We're not so sure though that this has any positive effect on ranking, though it definitely has no negative effect. The thing to remember about Google is that while having a keyword as part of the base url, such as www.greatwidgets.com, is very helpful, using keywords as part of the page url, example: www.myexample.com/widgets.htm does not appear to result in any advantage. What matters is the page content and how many other pages out there have the exact same content. Also, incoming links from relevant websites with high rankings, without the rel="nofollow" tag are extremely important.
You cannot "trick" Google with fancy-looking URLs and h1 headers. That's right, h1 headers mean nothing, because Google doesn't require your input to tell them what's important.
Remember, if you're selling products and copying content from the manufacturer's website (or the competitor's website), Google's PANDA is going to be very angry. You'll need to reword your content so that it's not a verbatim copy from some other website. Google rewards originality, and severely punishes plagiarism. Seriously, PANDA will put the offending page on page 50 until it's brought into conformity with Google's policy on duplicate content.
Always use sitemaps to help the search engines.
I believe it looks better in a link if an underscore (_) is used.
content/term_name/index.htm
content/term-name/index.htm
content/term%20name/index.htm
It's better to use "-" instead of %20 since it shows unprofessional coding to the search engines and to the visitors. You really think a visitor could remember a URL with %20 ? Make the pages for the users and not for the search engines. You will get the most benefit form this and SE will appreciate it.
according to my view spaces in url should not be there as this is not good practice. we should use hypens between the URLS. the website should have sitemap.xml file.
according to my view spaces do have negative impact on seo. and secondly when creating a url structure hypens should be placed instead of underscores.
yes they do have negative effect as it effects the user experiences. the users would like to have easy to remember urls. google suggest you should seperetae your words with ' - ' and ideally not to use '_' or spaces '%20' .
Something else to consider is that if you use spaces in your URLs, it will break automatic URL detection in many software (e.g. emails, chat, etc) where they think that a space is the end of URL. This might impact negatively the "sharability" of your URLs.

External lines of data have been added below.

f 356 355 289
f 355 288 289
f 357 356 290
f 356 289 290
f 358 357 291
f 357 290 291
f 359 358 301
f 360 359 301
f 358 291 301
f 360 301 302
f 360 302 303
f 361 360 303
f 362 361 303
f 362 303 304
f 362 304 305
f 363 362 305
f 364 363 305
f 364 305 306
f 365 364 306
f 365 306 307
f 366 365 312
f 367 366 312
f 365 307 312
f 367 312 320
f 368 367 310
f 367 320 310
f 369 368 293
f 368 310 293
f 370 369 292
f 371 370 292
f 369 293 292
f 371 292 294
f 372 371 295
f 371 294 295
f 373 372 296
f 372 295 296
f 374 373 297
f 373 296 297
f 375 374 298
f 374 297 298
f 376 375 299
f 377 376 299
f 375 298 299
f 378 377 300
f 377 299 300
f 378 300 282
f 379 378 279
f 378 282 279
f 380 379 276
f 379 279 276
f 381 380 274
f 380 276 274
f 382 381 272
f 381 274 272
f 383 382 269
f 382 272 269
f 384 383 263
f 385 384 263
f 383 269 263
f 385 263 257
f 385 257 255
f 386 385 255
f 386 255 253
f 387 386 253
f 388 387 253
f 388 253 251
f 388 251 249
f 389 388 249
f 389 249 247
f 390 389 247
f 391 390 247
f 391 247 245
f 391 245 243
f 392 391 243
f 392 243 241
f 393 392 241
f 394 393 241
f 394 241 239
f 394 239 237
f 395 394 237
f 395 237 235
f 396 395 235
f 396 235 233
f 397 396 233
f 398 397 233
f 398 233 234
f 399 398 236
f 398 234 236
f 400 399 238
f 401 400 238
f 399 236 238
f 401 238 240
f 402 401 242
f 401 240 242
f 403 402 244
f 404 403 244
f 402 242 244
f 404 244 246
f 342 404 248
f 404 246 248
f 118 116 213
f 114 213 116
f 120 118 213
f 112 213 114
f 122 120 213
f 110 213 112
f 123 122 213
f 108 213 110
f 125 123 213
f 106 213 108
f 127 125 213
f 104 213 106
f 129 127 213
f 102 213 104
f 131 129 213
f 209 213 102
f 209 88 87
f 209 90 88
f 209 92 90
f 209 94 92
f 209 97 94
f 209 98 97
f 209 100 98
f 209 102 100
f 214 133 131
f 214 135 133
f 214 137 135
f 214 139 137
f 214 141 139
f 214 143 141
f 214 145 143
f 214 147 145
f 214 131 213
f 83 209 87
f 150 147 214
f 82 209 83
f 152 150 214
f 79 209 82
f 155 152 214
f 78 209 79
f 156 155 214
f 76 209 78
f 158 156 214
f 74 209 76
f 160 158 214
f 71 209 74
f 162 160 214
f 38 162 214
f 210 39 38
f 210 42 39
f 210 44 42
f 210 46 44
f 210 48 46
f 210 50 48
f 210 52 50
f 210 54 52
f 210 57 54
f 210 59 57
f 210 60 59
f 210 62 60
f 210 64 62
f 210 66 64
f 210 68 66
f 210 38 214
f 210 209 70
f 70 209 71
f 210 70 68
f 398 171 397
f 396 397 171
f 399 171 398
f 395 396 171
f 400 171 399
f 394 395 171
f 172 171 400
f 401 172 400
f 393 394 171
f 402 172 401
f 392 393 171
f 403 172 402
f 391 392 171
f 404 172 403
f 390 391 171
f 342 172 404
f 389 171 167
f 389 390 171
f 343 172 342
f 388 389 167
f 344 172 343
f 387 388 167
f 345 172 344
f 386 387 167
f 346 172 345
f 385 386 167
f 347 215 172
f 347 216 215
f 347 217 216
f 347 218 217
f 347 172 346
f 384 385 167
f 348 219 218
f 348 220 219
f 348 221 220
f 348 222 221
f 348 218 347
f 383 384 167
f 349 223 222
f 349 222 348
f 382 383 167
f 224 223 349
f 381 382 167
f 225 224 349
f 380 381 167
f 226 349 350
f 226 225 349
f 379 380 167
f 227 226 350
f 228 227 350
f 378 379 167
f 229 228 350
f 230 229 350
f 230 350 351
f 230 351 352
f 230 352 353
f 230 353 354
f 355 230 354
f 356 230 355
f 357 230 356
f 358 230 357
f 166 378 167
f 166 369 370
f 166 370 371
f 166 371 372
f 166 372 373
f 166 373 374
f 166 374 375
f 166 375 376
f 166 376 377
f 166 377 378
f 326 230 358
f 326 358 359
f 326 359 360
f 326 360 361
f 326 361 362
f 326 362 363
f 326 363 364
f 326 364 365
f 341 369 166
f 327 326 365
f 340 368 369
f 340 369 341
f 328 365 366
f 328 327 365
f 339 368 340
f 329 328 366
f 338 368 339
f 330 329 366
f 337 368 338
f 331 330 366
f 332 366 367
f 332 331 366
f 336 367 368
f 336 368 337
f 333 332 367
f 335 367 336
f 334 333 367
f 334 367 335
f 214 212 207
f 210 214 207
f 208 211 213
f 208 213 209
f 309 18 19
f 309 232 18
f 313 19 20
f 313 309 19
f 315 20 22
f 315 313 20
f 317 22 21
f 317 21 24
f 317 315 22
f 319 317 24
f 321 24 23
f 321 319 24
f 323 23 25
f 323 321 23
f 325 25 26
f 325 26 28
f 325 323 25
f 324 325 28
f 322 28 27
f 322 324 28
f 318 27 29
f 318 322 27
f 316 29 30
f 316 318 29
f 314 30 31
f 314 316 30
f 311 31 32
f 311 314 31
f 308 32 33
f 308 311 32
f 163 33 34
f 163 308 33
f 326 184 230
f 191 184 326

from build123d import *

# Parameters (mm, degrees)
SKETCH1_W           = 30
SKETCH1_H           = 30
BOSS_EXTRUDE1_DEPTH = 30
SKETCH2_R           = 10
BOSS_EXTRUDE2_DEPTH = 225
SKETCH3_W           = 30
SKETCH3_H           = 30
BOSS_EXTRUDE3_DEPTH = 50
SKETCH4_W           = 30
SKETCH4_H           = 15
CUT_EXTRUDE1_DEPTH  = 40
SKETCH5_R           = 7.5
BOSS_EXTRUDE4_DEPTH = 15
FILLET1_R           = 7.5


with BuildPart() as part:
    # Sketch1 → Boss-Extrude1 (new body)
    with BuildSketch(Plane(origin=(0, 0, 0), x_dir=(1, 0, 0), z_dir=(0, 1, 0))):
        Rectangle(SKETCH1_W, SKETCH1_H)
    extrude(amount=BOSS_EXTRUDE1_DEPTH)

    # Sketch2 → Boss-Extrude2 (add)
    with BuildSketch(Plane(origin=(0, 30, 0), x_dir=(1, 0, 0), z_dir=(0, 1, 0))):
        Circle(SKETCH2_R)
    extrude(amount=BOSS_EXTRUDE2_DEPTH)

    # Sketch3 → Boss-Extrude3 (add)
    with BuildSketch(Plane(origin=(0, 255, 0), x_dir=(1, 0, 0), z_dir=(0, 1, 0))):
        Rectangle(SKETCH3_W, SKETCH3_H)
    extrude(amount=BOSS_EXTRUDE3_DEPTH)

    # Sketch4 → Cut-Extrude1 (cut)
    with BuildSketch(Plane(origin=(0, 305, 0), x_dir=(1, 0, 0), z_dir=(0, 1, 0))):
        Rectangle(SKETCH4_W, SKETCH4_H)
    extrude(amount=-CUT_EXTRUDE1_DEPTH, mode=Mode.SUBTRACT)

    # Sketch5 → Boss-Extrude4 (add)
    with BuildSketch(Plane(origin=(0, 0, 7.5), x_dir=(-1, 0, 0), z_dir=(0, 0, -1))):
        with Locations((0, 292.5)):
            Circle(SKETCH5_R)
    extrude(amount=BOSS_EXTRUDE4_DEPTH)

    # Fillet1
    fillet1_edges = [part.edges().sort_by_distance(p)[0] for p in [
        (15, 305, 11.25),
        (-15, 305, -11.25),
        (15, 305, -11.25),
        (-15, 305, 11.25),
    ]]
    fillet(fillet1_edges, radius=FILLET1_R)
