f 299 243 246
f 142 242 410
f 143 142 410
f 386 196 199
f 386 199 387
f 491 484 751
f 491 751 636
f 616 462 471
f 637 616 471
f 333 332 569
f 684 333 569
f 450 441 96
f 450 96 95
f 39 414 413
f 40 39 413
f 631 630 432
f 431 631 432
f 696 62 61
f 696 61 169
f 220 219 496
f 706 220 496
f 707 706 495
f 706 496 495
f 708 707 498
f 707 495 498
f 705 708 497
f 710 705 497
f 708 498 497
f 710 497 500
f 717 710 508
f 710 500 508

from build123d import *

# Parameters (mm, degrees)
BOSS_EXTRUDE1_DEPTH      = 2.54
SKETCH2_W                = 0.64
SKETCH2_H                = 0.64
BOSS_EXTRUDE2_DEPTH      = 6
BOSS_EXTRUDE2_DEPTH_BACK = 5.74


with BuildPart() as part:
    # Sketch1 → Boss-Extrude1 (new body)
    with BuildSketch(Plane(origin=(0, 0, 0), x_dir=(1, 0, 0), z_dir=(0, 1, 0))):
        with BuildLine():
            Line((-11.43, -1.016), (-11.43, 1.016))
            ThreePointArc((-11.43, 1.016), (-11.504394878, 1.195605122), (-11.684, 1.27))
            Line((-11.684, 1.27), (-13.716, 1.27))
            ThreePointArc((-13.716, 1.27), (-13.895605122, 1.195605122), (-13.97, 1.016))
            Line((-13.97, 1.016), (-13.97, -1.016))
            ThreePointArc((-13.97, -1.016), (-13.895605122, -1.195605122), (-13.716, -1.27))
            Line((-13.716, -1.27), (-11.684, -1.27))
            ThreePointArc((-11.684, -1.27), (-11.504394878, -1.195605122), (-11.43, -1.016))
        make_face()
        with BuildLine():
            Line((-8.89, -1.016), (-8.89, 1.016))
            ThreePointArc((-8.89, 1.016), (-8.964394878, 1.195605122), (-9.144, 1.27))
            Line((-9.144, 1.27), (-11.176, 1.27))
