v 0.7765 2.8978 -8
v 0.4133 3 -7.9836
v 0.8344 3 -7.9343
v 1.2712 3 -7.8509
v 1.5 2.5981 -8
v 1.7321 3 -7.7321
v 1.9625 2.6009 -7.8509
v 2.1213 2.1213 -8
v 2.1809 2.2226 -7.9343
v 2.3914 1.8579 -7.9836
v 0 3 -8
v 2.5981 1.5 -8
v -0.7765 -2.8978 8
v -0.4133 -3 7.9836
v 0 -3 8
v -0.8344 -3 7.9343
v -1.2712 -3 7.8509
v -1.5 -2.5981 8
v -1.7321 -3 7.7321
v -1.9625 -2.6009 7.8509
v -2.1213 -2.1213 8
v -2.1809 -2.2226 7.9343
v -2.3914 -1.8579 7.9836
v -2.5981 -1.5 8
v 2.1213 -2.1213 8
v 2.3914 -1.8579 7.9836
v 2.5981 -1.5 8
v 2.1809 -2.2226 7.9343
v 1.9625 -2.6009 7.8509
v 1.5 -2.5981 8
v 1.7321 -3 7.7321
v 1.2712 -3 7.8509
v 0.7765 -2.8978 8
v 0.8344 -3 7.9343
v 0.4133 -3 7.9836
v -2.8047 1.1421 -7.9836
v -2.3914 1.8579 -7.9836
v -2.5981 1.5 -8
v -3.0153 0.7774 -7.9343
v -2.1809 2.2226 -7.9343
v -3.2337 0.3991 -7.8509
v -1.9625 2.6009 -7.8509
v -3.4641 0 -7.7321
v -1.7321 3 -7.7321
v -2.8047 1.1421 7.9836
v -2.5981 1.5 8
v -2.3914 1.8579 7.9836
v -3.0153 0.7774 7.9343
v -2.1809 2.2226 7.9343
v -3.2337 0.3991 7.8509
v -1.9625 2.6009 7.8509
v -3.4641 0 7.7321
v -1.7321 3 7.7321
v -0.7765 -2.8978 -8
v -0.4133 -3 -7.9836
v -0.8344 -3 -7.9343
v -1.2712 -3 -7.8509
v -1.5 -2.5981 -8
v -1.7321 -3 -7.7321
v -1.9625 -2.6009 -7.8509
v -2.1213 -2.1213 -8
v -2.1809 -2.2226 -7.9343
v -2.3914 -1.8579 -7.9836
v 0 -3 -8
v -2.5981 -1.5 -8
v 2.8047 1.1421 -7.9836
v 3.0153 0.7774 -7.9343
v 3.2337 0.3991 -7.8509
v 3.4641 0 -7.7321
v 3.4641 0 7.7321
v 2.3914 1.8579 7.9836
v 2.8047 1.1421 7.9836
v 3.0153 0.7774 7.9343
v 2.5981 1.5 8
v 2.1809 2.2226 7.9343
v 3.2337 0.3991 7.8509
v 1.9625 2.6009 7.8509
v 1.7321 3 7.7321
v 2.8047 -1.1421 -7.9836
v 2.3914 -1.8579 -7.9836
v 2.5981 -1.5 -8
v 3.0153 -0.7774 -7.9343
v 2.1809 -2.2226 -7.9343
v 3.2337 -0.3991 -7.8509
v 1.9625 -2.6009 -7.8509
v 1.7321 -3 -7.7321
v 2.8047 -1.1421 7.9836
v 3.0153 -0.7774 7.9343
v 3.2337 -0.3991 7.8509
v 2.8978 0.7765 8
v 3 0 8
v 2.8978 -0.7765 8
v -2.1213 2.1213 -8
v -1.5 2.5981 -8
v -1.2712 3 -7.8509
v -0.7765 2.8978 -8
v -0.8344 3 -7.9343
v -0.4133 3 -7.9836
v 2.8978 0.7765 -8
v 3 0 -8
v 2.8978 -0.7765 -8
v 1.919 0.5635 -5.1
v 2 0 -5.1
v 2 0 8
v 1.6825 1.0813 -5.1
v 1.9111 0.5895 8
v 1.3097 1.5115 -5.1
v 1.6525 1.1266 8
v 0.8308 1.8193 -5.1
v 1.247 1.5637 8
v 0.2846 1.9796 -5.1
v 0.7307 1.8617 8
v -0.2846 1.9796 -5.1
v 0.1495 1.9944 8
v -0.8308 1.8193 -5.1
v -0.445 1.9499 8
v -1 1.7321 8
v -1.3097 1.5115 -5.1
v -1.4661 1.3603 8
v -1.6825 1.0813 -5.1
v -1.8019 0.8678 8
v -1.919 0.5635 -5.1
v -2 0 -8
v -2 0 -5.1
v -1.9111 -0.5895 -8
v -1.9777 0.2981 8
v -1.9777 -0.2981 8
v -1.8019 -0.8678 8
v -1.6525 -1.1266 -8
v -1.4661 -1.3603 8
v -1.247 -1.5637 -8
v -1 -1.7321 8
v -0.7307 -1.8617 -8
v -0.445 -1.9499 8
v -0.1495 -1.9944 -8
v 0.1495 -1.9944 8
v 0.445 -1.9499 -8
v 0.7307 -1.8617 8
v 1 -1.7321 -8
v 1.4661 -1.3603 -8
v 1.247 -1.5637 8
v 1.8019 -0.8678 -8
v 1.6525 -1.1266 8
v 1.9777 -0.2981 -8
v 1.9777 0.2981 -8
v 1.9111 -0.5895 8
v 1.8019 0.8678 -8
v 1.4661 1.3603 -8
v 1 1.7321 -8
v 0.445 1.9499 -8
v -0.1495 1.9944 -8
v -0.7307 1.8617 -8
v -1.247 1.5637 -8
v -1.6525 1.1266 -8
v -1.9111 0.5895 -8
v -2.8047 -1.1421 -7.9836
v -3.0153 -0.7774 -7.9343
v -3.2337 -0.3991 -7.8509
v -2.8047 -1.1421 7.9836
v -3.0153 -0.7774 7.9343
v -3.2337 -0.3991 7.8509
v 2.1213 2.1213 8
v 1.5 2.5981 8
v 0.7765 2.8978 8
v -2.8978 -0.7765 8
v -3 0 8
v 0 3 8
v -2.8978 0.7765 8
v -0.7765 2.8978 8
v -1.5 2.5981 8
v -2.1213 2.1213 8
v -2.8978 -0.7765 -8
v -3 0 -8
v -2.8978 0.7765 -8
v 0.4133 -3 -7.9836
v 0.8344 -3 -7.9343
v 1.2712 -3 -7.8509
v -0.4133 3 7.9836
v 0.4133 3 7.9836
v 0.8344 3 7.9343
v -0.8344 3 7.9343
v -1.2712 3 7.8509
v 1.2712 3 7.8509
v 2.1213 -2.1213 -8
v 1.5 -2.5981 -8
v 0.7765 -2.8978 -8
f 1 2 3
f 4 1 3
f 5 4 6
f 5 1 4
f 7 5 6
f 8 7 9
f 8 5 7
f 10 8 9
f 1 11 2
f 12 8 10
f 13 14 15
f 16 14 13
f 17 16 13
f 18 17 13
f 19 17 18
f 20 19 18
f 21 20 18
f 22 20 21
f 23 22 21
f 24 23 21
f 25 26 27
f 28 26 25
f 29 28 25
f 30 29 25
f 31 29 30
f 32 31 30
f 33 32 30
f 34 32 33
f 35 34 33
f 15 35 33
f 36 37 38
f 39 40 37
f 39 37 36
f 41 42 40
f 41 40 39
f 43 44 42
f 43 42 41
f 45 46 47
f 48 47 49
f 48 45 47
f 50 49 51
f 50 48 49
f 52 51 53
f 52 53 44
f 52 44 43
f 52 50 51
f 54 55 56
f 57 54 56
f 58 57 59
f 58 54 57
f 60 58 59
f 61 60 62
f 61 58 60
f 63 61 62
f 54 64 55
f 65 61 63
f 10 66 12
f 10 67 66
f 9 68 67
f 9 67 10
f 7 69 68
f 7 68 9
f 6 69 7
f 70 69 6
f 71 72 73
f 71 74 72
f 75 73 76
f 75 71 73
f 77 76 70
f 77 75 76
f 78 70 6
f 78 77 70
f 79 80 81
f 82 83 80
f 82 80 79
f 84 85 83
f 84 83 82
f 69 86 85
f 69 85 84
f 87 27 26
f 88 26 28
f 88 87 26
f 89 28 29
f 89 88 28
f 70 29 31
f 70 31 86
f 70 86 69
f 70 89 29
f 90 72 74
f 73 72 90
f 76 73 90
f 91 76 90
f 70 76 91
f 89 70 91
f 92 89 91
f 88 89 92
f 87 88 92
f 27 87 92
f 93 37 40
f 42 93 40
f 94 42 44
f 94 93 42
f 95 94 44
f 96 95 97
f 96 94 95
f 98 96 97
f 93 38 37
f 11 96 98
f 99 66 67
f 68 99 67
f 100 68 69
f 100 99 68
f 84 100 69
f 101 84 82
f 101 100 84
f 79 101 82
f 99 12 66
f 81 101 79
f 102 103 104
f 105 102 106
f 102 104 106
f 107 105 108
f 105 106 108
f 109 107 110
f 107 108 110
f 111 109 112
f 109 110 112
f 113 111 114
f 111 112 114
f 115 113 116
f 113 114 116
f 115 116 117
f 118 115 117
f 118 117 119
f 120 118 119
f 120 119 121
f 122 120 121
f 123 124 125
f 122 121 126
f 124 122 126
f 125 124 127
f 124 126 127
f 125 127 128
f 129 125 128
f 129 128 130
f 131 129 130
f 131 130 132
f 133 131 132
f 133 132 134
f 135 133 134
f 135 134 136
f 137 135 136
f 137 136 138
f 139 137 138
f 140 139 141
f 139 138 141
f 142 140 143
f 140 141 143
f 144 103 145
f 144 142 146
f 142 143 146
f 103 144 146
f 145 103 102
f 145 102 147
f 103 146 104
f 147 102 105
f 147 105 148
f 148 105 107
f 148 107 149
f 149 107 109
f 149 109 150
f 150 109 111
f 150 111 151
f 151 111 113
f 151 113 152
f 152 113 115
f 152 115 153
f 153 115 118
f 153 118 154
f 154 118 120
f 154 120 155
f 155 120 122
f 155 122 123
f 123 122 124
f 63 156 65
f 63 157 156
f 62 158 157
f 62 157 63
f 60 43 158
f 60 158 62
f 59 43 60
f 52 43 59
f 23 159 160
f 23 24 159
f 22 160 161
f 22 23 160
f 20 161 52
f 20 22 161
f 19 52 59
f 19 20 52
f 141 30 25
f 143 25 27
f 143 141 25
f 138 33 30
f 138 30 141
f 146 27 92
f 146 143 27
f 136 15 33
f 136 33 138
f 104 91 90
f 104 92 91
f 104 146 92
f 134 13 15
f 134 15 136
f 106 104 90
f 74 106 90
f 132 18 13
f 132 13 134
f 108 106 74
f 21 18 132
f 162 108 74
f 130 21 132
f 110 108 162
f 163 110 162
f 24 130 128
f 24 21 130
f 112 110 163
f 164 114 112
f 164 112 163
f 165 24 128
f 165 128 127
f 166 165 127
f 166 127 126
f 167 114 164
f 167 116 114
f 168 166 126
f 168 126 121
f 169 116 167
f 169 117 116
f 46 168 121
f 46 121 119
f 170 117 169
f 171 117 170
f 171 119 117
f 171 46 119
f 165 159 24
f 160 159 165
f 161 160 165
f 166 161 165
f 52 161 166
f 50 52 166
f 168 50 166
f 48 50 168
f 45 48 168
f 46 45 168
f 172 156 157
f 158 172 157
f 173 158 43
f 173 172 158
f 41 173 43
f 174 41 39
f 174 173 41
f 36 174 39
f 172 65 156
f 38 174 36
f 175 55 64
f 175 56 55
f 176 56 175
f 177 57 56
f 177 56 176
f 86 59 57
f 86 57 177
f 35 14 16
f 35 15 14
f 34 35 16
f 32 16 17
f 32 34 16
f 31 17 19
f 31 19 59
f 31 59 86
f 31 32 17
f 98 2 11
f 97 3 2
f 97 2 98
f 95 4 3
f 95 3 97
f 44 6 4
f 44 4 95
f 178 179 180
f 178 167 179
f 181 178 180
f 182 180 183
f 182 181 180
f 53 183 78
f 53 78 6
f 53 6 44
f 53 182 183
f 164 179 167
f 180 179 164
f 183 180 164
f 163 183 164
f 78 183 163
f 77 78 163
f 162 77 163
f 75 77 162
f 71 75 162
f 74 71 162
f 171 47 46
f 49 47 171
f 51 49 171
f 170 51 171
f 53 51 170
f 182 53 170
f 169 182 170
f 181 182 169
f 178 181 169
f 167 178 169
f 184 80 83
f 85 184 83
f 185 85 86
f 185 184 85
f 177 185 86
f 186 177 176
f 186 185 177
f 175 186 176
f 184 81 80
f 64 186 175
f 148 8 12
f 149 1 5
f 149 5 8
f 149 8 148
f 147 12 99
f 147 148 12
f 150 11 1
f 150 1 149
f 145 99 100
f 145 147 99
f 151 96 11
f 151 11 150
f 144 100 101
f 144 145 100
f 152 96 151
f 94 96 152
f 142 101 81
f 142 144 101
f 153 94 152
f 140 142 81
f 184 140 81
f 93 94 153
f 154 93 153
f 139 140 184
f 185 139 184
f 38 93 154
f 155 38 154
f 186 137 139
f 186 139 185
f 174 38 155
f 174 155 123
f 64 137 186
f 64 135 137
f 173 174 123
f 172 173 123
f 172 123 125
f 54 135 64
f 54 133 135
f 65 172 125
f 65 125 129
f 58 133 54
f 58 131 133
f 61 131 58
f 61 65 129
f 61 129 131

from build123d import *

# Parameters (mm, degrees)
SKETCH2_OUTSIDE_W               = 13.34
SKETCH2_OUTSIDE_H               = 13.34
CUT_EXTRUDE1_DEPTH              = 17.856007831
M4X0_7_TAPPED_HOLE1_D           = 3.3
M4X0_7_TAPPED_HOLE1_DEPTH       = 14.5
M4X0_7_TAPPED_HOLE1_CBORE_D     = 4
M4X0_7_TAPPED_HOLE1_CBORE_DEPTH = 13.1
M4X0_7_TAPPED_HOLE1_TIP         = 0.991420021
M4X0_7_TAPPED_HOLE2_D           = 3.3
M4X0_7_TAPPED_HOLE2_DEPTH       = 12.5
M4X0_7_TAPPED_HOLE2_CBORE_D     = 4
M4X0_7_TAPPED_HOLE2_CBORE_DEPTH = 11.1
M4X0_7_TAPPED_HOLE2_TIP         = 0.991420021


with BuildPart() as part:
    # Sketch1 → Revolve1 (revolve)
    with BuildSketch(Plane(origin=(0, 0, 0), x_dir=(0, 0, -1), z_dir=(1, 0, 0))):
        Polygon((-8, 0), (-8, 3), (-7.566987298, 3.75), (7.566987298, 3.75), (8, 3), (8, 0), align=None)
    revolve(axis=Axis((0, 0, 5.584882278), (0, 0, -1)))

    # Sketch2 outside → Cut-Extrude1 (cut, through all)
    with BuildSketch(Plane.XY.offset(8)):
        Rectangle(SKETCH2_OUTSIDE_W, SKETCH2_OUTSIDE_H)
        Polygon((1.732050808, -3), (3.464101615, 0), (1.732050808, 3), (-1.732050808, 3), (-3.464101615, 0), (-1.732050808, -3), align=None, mode=Mode.SUBTRACT)
    extrude(amount=-CUT_EXTRUDE1_DEPTH, mode=Mode.SUBTRACT)

    # M4x0.7 Tapped Hole1
    with Locations(Plane.XY.offset(8)):
        with Locations((0, 0)):
            CounterBoreHole(M4X0_7_TAPPED_HOLE1_D / 2, M4X0_7_TAPPED_HOLE1_CBORE_D / 2, M4X0_7_TAPPED_HOLE1_CBORE_DEPTH, depth=M4X0_7_TAPPED_HOLE1_DEPTH)
            with Locations((0, 0, -(M4X0_7_TAPPED_HOLE1_DEPTH + M4X0_7_TAPPED_HOLE1_TIP / 2))):  # 118° drill point
                Cone(0, M4X0_7_TAPPED_HOLE1_D / 2, M4X0_7_TAPPED_HOLE1_TIP, mode=Mode.SUBTRACT)

    # M4x0.7 Tapped Hole2
    with Locations(Plane(origin=(0, 0, -8), x_dir=(-1, 0, 0), z_dir=(0, 0, -1))):
        with Locations((0, 0)):
            CounterBoreHole(M4X0_7_TAPPED_HOLE2_D / 2, M4X0_7_TAPPED_HOLE2_CBORE_D / 2, M4X0_7_TAPPED_HOLE2_CBORE_DEPTH, depth=M4X0_7_TAPPED_HOLE2_DEPTH)
            with Locations((0, 0, -(M4X0_7_TAPPED_HOLE2_DEPTH + M4X0_7_TAPPED_HOLE2_TIP / 2))):  # 118° drill point
                Cone(0, M4X0_7_TAPPED_HOLE2_D / 2, M4X0_7_TAPPED_HOLE2_TIP, mode=Mode.SUBTRACT)


solid = part.part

Using spaces in URLs is still not common practice in 2020 and Google still recommends to use - instead:
https://support.google.com/webmasters/answer/76329?hl=en

URL formatting tips for search engine optimization?

I am looking for url encoding tips for SEO compliant site.
I have a list of variables I need!
hypen = used to split locations, Leeds-UK-England
space = underscore for where spaces occur
hypen = plus sign used in some british locations (stafford-upon-avon)
forward slash = exclamation used in house for names of things.
Are the ones chosen bad or good? Are there any better ones, I'm pretty sure I need all the data, in order to decode the url's properly.
My "SEO" gave me a list of things which are bad, but not good. I've searched these and google seems to give the same type of results.
Cheers, Sarkie
Google used not to recognise underscores as word separators - see this article from 2005. This has entered into received wisdom and most of the 'experts' and articles you will find on SEO will still be recommending this.
However, last year this changed: underscores are now recognised as word separators so it opens things up for URL design. This now allows using dashes as dashes and underscores as spaces which some consider more natural. I've not found many people who have caught up with this, including SEO consultants I deal with professionally.
As to a good system for your use case, I would recommend asking around some non technical people (colleagues, friends, family, etc) to see what they like.
Hyphens for spaces is the usual and preferred method.